That is what poisons the water for everyone else's perspective on public education. We have first hand experiences and yet a public unioncater can deny it as if they were there.
They lie and look like a fool doing it, they make it all look so sorrowfly bad and corrupt that one can't see any solution other than to fire and remove these people from contact with our kids. They destroy any desire to want to work to improve a woeful system.
An excellent examply of who should not be in front of a classroom.


----------



## GunMonkeyIntl (May 13, 2013)

GTX63 said:


> …They destroy any desire to want to work to improve a woeful system.
> An excellent examply of who should not be in front of a classroom.


That’s the one part of your post I disagree with. There are some really great teachers out there. The concept of a federally-mandated public education system is fundamentally flawed, but it is the system we have, and I think we can repair it by decentralizing 95% of its power.

I still keep in contact with two of my high school teachers over 20 years later. Both are now retired. One is a conservative, and taught literature. One is a fire-engine red Marxist and taught math. As a junior/senior, in a class with a teacher whom treated their students like young adults, and had adult conversations with them, their political leanings were no mystery. They did, however, respect the developing political positions of their students; requisite to treating us like young adults. Politics and outside life was always a distant-second to the class material, and only engaged once the teacher had felt out the class and was comfortable with their maturity level. They would challenge us, but we were also allowed to challenge them, and, most importantly, allowed to be ourselves without feeling judged.

I feel like those days are long gone, but they are probably not. I have to believe there are still lots of good, honest teachers in the trade. @SLFarmMI probably even knows some of them.


----------



## SLFarmMI (Feb 21, 2013)

GunMonkeyIntl said:


> The video in the OP has school administrative staff directing teachers to do it.


Your constant repeating of that lie doesn't make it any less of a lie.


----------



## Hiro (Feb 14, 2016)

SLFarmMI said:


> Your constant repeating of that lie doesn't make it any less of a lie.


Most of recognize who is being dishonest.


----------



## SLFarmMI (Feb 21, 2013)

Hiro said:


> Most of recognize who is being dishonest.


Sadly, you prove over and over that you don't.


----------



## barnbilder (Jul 1, 2005)

GunMonkeyIntl said:


> I still keep in contact with two of my high school teachers over 20 years later. Both are now retired.


Hung out with my Kindergarten teacher last night. She made me call her by her first name, and she was drinking grown up drinks in my presence. She must have been really young then, because it would be hard to tell which one of us was the oldest now, the years have been very kind to her despite the misfortune of having me as a pupil.


----------



## Farmerga (May 6, 2010)

GunMonkeyIntl said:


> One is a fire-engine red Marxist and taught math.

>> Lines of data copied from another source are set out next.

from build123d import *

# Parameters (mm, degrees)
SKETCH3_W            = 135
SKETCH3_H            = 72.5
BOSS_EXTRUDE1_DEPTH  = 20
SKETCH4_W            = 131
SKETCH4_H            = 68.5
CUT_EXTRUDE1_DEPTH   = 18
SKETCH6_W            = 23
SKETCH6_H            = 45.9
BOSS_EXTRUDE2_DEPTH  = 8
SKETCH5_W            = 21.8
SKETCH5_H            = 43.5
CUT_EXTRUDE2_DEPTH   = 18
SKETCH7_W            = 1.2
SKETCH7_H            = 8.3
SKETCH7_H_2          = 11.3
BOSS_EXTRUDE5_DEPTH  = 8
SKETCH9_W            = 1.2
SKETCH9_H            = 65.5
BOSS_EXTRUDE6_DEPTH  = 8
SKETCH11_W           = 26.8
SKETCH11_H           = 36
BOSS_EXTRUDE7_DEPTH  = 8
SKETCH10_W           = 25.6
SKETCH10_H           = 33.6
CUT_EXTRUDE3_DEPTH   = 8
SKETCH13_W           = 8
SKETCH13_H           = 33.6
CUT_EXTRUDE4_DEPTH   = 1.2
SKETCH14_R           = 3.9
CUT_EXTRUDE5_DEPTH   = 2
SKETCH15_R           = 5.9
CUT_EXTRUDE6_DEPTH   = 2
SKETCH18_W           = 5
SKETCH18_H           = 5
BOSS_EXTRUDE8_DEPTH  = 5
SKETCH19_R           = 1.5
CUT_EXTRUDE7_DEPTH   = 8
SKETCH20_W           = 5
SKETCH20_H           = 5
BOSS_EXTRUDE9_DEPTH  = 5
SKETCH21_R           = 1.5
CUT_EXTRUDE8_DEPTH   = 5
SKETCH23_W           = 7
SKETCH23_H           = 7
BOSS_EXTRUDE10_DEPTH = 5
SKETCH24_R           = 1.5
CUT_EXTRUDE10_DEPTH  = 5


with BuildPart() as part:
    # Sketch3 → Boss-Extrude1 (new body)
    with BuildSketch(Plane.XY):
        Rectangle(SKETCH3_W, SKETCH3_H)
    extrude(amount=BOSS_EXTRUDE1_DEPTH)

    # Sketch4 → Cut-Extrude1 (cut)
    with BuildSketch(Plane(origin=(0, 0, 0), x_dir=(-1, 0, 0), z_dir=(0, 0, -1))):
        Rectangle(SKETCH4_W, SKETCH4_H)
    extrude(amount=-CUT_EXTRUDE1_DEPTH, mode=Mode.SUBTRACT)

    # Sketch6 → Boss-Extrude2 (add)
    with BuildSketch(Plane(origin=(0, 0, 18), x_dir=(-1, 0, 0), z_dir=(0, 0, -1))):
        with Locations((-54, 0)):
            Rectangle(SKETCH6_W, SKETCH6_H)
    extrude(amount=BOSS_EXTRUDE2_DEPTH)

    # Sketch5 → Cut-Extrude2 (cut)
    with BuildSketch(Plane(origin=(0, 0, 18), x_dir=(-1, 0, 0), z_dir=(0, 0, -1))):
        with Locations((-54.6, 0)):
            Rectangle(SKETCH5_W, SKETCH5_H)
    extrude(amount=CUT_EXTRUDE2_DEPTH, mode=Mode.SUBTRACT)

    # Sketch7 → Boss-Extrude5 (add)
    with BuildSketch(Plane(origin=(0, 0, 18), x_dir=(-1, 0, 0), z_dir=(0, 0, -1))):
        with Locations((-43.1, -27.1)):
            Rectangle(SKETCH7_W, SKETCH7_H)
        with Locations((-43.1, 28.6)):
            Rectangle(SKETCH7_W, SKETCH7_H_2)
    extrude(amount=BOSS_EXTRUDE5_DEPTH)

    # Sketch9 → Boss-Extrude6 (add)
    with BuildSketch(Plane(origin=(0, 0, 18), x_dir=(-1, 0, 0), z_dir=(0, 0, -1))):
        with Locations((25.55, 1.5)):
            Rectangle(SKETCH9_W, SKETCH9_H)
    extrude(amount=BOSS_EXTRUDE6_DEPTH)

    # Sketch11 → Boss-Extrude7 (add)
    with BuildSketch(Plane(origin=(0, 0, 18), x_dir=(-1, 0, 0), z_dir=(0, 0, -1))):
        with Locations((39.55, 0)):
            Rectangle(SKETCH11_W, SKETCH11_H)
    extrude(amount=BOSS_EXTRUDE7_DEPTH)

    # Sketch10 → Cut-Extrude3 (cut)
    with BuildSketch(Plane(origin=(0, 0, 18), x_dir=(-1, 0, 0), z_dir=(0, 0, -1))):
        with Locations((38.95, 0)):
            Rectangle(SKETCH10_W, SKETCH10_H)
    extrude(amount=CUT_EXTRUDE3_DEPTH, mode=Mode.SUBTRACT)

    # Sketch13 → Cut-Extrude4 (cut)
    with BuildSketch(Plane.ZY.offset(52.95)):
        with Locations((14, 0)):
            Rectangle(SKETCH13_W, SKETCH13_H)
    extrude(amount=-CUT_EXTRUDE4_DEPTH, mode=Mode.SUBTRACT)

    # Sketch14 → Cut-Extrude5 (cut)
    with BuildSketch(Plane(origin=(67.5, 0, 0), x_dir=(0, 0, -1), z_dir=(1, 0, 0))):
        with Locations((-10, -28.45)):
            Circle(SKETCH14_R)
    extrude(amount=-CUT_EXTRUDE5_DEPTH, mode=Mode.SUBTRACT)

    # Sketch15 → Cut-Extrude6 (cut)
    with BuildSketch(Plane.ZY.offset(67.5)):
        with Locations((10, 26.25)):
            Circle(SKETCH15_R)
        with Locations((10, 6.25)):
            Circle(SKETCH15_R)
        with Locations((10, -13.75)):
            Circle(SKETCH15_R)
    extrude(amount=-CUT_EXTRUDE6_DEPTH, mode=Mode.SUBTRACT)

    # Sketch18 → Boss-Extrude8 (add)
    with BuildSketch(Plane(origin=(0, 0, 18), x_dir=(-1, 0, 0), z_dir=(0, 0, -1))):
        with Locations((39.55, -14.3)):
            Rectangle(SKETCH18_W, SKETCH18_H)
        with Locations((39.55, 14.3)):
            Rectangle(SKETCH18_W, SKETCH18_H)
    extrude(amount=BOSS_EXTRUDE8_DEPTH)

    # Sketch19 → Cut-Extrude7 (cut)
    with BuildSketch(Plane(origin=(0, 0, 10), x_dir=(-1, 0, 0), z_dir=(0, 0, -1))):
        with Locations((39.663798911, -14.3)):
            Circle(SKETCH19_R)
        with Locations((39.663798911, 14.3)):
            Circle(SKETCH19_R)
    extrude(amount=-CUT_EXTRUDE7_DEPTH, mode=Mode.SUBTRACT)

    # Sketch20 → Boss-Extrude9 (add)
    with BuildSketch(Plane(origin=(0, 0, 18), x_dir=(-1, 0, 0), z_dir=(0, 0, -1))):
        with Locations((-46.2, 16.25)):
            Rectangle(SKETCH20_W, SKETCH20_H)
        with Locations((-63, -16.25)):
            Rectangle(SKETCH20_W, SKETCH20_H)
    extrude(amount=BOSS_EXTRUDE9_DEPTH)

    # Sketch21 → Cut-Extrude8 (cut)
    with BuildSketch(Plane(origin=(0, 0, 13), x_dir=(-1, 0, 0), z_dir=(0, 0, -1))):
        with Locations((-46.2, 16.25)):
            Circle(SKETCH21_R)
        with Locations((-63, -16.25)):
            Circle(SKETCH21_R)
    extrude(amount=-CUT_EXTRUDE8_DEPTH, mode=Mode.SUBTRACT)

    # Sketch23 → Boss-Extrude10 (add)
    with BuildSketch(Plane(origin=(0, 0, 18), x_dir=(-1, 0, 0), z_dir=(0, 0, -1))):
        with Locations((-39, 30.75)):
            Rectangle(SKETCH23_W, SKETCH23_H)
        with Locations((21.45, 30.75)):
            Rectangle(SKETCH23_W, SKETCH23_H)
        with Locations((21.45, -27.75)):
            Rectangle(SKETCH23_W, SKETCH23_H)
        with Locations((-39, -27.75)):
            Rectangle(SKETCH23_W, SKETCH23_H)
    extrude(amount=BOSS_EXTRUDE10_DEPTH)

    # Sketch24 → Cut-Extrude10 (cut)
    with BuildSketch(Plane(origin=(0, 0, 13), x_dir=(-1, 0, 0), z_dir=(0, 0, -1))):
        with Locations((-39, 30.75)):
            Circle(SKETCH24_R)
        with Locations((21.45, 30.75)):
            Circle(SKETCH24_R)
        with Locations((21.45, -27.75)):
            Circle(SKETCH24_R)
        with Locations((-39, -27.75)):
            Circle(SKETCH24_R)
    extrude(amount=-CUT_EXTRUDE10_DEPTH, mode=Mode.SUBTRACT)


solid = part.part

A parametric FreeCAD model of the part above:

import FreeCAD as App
import Part
import Sketcher

V = App.Vector


def add_polygon(sketch, points):
    """Adds a closed chain of lines whose ends are joined by coincident constraints."""
    first, n = sketch.GeometryCount, len(points)
    for a, b in zip(points, points[1:] + points[:1]):
        sketch.addGeometry(Part.LineSegment(App.Vector(*a, 0), App.Vector(*b, 0)), False)
    for i in range(n):
        sketch.addConstraint(Sketcher.Constraint("Coincident", first + i, 2, first + (i + 1) % n, 1))

doc = App.newDocument("Part")
body = doc.addObject("PartDesign::Body", "Body")

sketch1 = body.newObject("Sketcher::SketchObject", "Sketch")
sketch1.AttachmentSupport = (doc.getObject("XY_Plane"), [""])
sketch1.MapMode = "FlatFace"
add_polygon(sketch1, [(-68, 36), (-68, -36), (68, -36), (68, 36)])
sketch1.addConstraint([
    Sketcher.Constraint("Vertical", 0),
    Sketcher.Constraint("Horizontal", 1),
    Sketcher.Constraint("Vertical", 2),
    Sketcher.Constraint("Horizontal", 3),
    Sketcher.Constraint("Symmetric", 0, 2, 2, 2, -1, 1),
    Sketcher.Constraint("DistanceX", 1, 1, 1, 2, 135.0),
    Sketcher.Constraint("DistanceY", 0, 2, 0, 1, 72.5),
])
pad1 = body.newObject("PartDesign::Pad", "Pad")
pad1.Profile = sketch1
pad1.Length = 20

sketch2 = body.newObject("Sketcher::SketchObject", "Sketch001")
sketch2.AttachmentSupport = (doc.getObject("XY_Plane"), [""])
sketch2.MapMode = "FlatFace"
add_polygon(sketch2, [(66, 34), (66, -34), (-66, -34), (-66, 34)])
sketch2.addConstraint([
    Sketcher.Constraint("Vertical", 0),
    Sketcher.Constraint("Horizontal", 1),
    Sketcher.Constraint("Vertical", 2),
    Sketcher.Constraint("Horizontal", 3),
    Sketcher.Constraint("Symmetric", 0, 2, 2, 2, -1, 1),
    Sketcher.Constraint("DistanceX", 1, 2, 1, 1, 131.0),
    Sketcher.Constraint("DistanceY", 0, 2, 0, 1, 68.5),
])
pocket1 = body.newObject("PartDesign::Pocket", "Pocket")
pocket1.Profile = sketch2
pocket1.Length = 18
pocket1.Reversed = True
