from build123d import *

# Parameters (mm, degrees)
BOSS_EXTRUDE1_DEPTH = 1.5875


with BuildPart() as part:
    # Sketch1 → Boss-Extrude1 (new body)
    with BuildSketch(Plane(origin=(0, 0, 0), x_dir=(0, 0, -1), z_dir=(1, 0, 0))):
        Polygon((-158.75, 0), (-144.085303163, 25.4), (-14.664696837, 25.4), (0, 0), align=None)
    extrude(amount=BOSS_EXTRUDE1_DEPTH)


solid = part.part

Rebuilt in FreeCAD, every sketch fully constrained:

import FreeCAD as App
import Part
import Sketcher
Q = App.Units.Quantity

doc = App.newDocument("Part")
body = doc.addObject("PartDesign::Body", "Body")

# Sketch on YZ plane
sketch1 = body.newObject("Sketcher::SketchObject", "Sketch")
sketch1.AttachmentSupport = (doc.getObject("YZ_Plane"), [""])
sketch1.MapMode = "FlatFace"
sketch1.addGeometry([
    Part.LineSegment(App.Vector(25, 144, 0), App.Vector(0, 159, 0)),
    Part.LineSegment(App.Vector(0, 159, 0), App.Vector(0, 0, 0)),
    Part.LineSegment(App.Vector(0, 0, 0), App.Vector(25, 15, 0)),
    Part.LineSegment(App.Vector(25, 15, 0), App.Vector(25, 144, 0)),
], False)
sketch1.addConstraint([
    Sketcher.Constraint("Coincident", 0, 2, 1, 1),
    Sketcher.Constraint("Coincident", 1, 2, 2, 1),
    Sketcher.Constraint("Coincident", 2, 2, 3, 1),
    Sketcher.Constraint("Coincident", 3, 2, 0, 1),
    Sketcher.Constraint("Vertical", 1),
    Sketcher.Constraint("Vertical", 3),
    Sketcher.Constraint("Coincident", 1, 2, -1, 1),
    Sketcher.Constraint("Equal", 0, 2),
    Sketcher.Constraint("DistanceX", -1, 1, 2, 2, Q("1 in")),
    Sketcher.Constraint("Angle", 0, Q("150 deg")),
    Sketcher.Constraint("DistanceY", 1, 2, 1, 1, Q("6.25 in")),
])
pad1 = body.newObject("PartDesign::Pad", "Pad")
pad1.Profile = sketch1
pad1.Length = Q("0.0625 in")

doc.recompute()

I am curious as to how those two thing go together? A fundamental understanding of mathematics would seem to preclude Marxist leanings.


----------



## GTX63 (Dec 13, 2016)

GunMonkeyIntl said:


> That’s the one part of your post I disagree with. There are some really great teachers out there..


Yes, there are. There are strong, intelligent educators who truly want to help kids.
I've had other professionals read some of these threads for their absurdity who had stated they would get people with destructive methods like this out of the classroom as soon as possible. These people don't need a union or a board or the woke to guide them. They know a bad seed when they see them.
They do not let their new age vision or their November newsletter dictate the classroom. 
Of all of the great teachers I had, raised and experienced, none had a social religion bent on converting someone else's child over the desires of the parents and then lying to them about it.
First do no harm.
Kids are not experiments.


----------



## GunMonkeyIntl (May 13, 2013)

SLFarmMI said:


> Your constant repeating of that lie doesn't make it any less of a lie.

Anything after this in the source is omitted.